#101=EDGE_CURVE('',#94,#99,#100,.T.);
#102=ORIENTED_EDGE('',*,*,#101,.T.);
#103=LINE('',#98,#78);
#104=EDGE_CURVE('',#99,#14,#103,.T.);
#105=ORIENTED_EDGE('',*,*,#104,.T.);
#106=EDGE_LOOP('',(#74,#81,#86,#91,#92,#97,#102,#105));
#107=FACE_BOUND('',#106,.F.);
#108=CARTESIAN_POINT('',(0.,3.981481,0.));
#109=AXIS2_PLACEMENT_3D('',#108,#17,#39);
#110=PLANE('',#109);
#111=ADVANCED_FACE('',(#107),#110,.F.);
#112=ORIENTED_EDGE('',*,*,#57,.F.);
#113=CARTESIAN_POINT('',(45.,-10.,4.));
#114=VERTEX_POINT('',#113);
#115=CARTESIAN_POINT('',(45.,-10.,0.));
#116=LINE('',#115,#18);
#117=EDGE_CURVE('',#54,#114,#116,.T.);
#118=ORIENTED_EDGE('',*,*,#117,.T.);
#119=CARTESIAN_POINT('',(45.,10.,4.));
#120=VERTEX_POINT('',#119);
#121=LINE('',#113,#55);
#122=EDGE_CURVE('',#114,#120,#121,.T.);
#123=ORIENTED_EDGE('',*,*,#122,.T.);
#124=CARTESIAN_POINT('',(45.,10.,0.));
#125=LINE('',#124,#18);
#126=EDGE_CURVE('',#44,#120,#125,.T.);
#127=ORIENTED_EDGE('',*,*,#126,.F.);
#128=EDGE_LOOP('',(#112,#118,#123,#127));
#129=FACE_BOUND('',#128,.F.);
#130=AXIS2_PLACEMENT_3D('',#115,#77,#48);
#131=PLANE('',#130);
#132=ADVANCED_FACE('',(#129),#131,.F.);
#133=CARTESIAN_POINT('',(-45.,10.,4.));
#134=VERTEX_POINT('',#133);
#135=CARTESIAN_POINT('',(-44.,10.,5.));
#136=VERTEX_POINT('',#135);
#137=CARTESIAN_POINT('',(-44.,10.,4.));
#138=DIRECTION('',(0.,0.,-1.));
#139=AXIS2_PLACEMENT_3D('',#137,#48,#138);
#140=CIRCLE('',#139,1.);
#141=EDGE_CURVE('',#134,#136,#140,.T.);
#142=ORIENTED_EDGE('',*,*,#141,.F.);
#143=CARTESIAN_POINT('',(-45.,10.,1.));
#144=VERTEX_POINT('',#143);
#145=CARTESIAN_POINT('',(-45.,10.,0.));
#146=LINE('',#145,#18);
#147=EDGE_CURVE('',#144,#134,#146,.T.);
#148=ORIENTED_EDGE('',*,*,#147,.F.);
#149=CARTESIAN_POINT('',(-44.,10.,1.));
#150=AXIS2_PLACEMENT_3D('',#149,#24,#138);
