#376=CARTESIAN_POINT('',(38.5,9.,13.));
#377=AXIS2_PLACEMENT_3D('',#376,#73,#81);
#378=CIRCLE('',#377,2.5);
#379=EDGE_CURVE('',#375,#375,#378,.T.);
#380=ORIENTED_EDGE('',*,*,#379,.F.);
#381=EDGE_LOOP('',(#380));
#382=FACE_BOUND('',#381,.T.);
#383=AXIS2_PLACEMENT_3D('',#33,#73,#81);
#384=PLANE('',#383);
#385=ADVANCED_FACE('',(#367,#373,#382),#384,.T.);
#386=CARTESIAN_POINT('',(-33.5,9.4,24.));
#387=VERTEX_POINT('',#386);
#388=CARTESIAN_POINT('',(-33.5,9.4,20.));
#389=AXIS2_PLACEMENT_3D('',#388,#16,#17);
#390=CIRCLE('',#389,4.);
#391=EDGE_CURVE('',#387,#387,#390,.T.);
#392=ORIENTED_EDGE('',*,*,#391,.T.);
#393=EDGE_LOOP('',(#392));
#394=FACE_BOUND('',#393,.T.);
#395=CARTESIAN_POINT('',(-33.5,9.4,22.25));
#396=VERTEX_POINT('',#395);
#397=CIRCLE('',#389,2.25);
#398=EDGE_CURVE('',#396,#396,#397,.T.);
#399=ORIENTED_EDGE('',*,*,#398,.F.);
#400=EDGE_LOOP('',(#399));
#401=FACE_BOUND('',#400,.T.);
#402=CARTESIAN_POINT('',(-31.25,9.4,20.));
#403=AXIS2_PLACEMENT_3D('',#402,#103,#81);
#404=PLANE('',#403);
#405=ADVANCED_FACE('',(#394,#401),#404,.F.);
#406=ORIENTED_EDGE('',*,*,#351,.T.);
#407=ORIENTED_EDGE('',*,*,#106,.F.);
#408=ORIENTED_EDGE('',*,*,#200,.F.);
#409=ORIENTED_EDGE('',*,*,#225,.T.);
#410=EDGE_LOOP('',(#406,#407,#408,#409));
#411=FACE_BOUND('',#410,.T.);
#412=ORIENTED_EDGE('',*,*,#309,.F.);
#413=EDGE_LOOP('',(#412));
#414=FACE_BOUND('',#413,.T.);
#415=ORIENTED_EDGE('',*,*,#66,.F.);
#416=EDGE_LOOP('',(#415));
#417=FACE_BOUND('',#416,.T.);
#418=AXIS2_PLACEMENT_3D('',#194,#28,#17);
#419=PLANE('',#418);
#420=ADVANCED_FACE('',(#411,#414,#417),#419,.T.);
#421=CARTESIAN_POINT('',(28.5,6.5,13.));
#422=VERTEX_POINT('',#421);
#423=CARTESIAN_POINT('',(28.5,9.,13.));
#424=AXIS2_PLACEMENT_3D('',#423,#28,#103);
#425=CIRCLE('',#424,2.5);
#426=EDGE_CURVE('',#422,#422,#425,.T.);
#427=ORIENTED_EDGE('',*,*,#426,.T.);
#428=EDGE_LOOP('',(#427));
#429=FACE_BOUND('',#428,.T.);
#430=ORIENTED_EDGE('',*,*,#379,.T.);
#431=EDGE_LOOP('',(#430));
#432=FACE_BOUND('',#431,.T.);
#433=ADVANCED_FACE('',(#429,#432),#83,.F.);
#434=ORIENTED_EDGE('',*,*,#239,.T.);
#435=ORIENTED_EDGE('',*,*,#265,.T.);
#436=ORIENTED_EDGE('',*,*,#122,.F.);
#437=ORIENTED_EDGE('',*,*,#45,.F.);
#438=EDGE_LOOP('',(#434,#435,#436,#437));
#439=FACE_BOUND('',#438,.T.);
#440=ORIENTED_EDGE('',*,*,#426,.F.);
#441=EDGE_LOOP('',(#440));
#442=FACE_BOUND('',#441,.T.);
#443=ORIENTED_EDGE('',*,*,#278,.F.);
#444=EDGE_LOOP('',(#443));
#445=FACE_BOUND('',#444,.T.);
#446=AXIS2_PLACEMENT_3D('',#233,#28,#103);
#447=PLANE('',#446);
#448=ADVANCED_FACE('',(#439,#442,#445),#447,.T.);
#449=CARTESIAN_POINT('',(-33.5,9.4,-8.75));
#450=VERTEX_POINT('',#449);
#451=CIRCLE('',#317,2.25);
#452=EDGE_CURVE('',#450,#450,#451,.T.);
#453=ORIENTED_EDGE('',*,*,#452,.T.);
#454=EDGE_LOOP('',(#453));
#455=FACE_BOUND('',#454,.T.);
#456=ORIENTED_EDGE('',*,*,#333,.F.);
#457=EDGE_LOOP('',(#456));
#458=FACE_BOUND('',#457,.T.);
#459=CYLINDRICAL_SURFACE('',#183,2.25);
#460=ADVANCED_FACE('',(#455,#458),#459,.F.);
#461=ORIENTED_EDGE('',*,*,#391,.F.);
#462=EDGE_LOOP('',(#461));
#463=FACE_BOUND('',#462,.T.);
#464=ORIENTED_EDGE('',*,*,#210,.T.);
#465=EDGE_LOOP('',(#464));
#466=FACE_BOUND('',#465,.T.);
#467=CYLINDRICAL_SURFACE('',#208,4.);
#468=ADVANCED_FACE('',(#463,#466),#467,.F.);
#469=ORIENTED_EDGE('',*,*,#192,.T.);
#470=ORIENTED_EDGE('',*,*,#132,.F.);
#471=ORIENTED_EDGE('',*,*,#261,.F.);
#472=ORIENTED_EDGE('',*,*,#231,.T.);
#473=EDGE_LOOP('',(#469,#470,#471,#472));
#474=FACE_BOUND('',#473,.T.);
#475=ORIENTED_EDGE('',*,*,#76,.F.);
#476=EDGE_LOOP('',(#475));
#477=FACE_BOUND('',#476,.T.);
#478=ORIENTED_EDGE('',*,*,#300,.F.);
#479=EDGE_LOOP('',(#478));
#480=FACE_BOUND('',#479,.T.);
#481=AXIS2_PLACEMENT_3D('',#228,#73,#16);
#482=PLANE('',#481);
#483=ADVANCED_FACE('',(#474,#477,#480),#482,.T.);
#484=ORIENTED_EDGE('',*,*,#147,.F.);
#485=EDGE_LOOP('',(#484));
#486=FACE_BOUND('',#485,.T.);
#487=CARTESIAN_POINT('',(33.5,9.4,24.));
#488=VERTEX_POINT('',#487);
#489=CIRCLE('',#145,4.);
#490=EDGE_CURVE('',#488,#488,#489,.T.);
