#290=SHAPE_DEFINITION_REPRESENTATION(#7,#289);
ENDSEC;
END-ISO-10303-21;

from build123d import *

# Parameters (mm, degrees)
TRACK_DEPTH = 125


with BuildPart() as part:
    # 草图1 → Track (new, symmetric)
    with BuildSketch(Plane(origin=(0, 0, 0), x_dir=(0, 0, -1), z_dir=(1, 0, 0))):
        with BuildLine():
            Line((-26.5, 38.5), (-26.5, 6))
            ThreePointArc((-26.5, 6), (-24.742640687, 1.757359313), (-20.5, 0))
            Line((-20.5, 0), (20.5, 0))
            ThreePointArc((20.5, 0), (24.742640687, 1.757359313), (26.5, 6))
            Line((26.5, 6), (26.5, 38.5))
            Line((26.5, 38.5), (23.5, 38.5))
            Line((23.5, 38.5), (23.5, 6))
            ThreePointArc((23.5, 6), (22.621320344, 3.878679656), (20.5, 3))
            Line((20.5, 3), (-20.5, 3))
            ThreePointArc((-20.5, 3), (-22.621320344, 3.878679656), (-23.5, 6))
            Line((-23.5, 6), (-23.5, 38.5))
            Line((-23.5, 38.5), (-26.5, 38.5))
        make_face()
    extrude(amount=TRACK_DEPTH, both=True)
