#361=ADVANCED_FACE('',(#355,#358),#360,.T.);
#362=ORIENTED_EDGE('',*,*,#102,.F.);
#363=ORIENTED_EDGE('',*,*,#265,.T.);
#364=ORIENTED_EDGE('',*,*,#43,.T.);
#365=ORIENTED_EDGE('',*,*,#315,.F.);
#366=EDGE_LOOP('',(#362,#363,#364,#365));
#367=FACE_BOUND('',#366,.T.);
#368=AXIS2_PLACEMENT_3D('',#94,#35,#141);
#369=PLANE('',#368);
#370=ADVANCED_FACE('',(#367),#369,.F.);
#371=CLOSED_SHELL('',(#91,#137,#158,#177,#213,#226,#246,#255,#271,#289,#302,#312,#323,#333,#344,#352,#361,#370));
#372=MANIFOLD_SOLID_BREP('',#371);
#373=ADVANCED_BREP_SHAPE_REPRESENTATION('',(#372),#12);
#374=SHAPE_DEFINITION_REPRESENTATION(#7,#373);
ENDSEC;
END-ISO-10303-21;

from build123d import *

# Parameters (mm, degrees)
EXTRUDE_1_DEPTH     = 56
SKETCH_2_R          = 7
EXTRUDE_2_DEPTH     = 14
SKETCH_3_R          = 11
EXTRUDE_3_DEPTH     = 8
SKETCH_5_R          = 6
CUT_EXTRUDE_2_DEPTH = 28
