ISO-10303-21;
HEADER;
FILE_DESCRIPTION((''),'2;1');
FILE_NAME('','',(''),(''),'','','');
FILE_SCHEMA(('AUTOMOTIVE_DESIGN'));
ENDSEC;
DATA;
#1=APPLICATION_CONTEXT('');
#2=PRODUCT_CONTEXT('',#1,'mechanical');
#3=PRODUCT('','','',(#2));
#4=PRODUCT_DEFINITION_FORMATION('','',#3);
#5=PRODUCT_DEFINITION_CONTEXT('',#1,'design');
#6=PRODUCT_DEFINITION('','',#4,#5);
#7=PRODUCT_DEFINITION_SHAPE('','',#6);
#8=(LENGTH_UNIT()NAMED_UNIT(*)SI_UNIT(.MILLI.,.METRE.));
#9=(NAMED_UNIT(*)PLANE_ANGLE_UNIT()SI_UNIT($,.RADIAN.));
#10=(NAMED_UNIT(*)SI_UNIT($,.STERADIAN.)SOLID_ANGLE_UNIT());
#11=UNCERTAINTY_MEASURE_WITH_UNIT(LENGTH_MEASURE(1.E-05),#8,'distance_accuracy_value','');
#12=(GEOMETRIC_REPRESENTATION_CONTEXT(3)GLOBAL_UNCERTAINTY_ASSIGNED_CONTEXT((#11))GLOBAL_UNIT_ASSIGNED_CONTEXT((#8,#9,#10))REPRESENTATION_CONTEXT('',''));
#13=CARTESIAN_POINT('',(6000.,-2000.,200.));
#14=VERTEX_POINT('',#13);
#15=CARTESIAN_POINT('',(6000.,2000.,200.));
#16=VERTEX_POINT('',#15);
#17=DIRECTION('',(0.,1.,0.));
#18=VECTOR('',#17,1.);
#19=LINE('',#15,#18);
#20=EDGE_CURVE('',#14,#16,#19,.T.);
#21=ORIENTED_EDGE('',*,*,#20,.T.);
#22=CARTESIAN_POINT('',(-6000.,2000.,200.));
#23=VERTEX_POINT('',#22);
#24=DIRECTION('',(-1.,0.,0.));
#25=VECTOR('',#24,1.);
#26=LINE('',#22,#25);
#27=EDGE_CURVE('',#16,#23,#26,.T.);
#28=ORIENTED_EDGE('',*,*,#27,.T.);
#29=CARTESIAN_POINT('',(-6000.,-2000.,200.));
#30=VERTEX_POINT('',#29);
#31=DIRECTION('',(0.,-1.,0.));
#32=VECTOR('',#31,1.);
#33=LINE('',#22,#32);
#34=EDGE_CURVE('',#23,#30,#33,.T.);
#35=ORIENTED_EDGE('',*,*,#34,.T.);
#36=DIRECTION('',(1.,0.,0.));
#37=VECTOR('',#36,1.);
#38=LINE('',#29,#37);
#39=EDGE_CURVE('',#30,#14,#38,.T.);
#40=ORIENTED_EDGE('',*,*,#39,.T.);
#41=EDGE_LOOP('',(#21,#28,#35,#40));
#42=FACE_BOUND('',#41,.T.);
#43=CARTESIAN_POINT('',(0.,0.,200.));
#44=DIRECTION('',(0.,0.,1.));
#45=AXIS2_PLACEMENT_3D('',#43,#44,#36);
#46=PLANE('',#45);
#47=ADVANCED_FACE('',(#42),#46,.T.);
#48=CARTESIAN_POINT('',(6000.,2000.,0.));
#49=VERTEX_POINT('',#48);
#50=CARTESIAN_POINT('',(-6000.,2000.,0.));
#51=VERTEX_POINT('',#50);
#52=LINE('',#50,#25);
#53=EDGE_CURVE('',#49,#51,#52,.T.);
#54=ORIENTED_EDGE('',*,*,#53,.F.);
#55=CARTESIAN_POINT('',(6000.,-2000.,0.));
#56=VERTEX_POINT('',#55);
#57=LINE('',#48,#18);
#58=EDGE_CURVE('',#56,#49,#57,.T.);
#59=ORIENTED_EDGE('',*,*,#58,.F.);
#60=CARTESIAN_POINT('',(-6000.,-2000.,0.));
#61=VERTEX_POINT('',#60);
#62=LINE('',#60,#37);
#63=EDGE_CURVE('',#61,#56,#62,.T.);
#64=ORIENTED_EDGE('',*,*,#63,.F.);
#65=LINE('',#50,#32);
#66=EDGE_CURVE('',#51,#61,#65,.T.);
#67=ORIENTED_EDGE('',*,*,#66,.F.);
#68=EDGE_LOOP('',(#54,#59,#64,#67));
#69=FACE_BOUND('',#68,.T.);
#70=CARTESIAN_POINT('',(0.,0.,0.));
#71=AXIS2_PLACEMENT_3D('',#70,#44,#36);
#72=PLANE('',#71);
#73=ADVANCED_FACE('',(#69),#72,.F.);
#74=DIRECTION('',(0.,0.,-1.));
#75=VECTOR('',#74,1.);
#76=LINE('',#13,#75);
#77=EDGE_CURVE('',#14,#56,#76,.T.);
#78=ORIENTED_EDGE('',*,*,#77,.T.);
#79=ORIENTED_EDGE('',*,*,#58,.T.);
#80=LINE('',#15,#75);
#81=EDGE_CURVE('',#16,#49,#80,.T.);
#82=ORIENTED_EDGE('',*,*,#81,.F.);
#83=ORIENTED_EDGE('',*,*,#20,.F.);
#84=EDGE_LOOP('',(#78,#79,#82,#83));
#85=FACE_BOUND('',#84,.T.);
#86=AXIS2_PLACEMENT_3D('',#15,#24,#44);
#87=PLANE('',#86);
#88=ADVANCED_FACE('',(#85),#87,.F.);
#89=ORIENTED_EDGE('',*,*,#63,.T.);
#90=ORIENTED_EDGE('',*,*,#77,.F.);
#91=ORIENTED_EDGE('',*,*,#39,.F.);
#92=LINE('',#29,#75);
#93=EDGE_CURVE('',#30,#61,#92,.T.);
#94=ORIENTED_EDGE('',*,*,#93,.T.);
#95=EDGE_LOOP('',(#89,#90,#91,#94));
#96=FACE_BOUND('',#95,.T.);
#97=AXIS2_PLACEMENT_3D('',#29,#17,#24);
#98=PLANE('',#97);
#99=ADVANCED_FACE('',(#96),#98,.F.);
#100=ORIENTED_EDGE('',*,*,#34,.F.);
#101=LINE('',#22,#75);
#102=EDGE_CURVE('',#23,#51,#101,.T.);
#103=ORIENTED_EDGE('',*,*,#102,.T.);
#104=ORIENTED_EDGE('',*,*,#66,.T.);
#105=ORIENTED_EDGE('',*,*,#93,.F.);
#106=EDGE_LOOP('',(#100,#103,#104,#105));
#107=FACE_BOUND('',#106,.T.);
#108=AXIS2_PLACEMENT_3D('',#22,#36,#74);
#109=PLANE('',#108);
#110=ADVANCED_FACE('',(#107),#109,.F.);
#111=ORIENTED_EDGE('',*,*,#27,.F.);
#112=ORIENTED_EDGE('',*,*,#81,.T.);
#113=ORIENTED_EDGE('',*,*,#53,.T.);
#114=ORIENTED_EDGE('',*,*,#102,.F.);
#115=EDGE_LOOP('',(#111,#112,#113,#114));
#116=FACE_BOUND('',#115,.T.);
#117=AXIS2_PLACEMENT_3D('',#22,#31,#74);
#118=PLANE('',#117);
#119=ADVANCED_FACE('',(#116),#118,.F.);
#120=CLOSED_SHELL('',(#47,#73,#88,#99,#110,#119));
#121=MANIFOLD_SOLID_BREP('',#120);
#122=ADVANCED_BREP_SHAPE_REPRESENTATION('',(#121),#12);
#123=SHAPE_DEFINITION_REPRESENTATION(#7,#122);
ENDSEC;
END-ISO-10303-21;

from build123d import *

# Parameters (mm, degrees)
SKETCH_1_W      = 12000
SKETCH_1_H      = 4000
EXTRUDE_1_DEPTH = 200


with BuildPart() as part:
    # 草图1 → 凸台-拉伸1 (new body)
    with BuildSketch(Plane.XY):
        Rectangle(SKETCH_1_W, SKETCH_1_H)
    extrude(amount=EXTRUDE_1_DEPTH)


solid = part.part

--- --- ---

• **Task objective**
Check each line of the listing above for the string "DIRECTION". Report only how many have it.

• **Problem solution**
7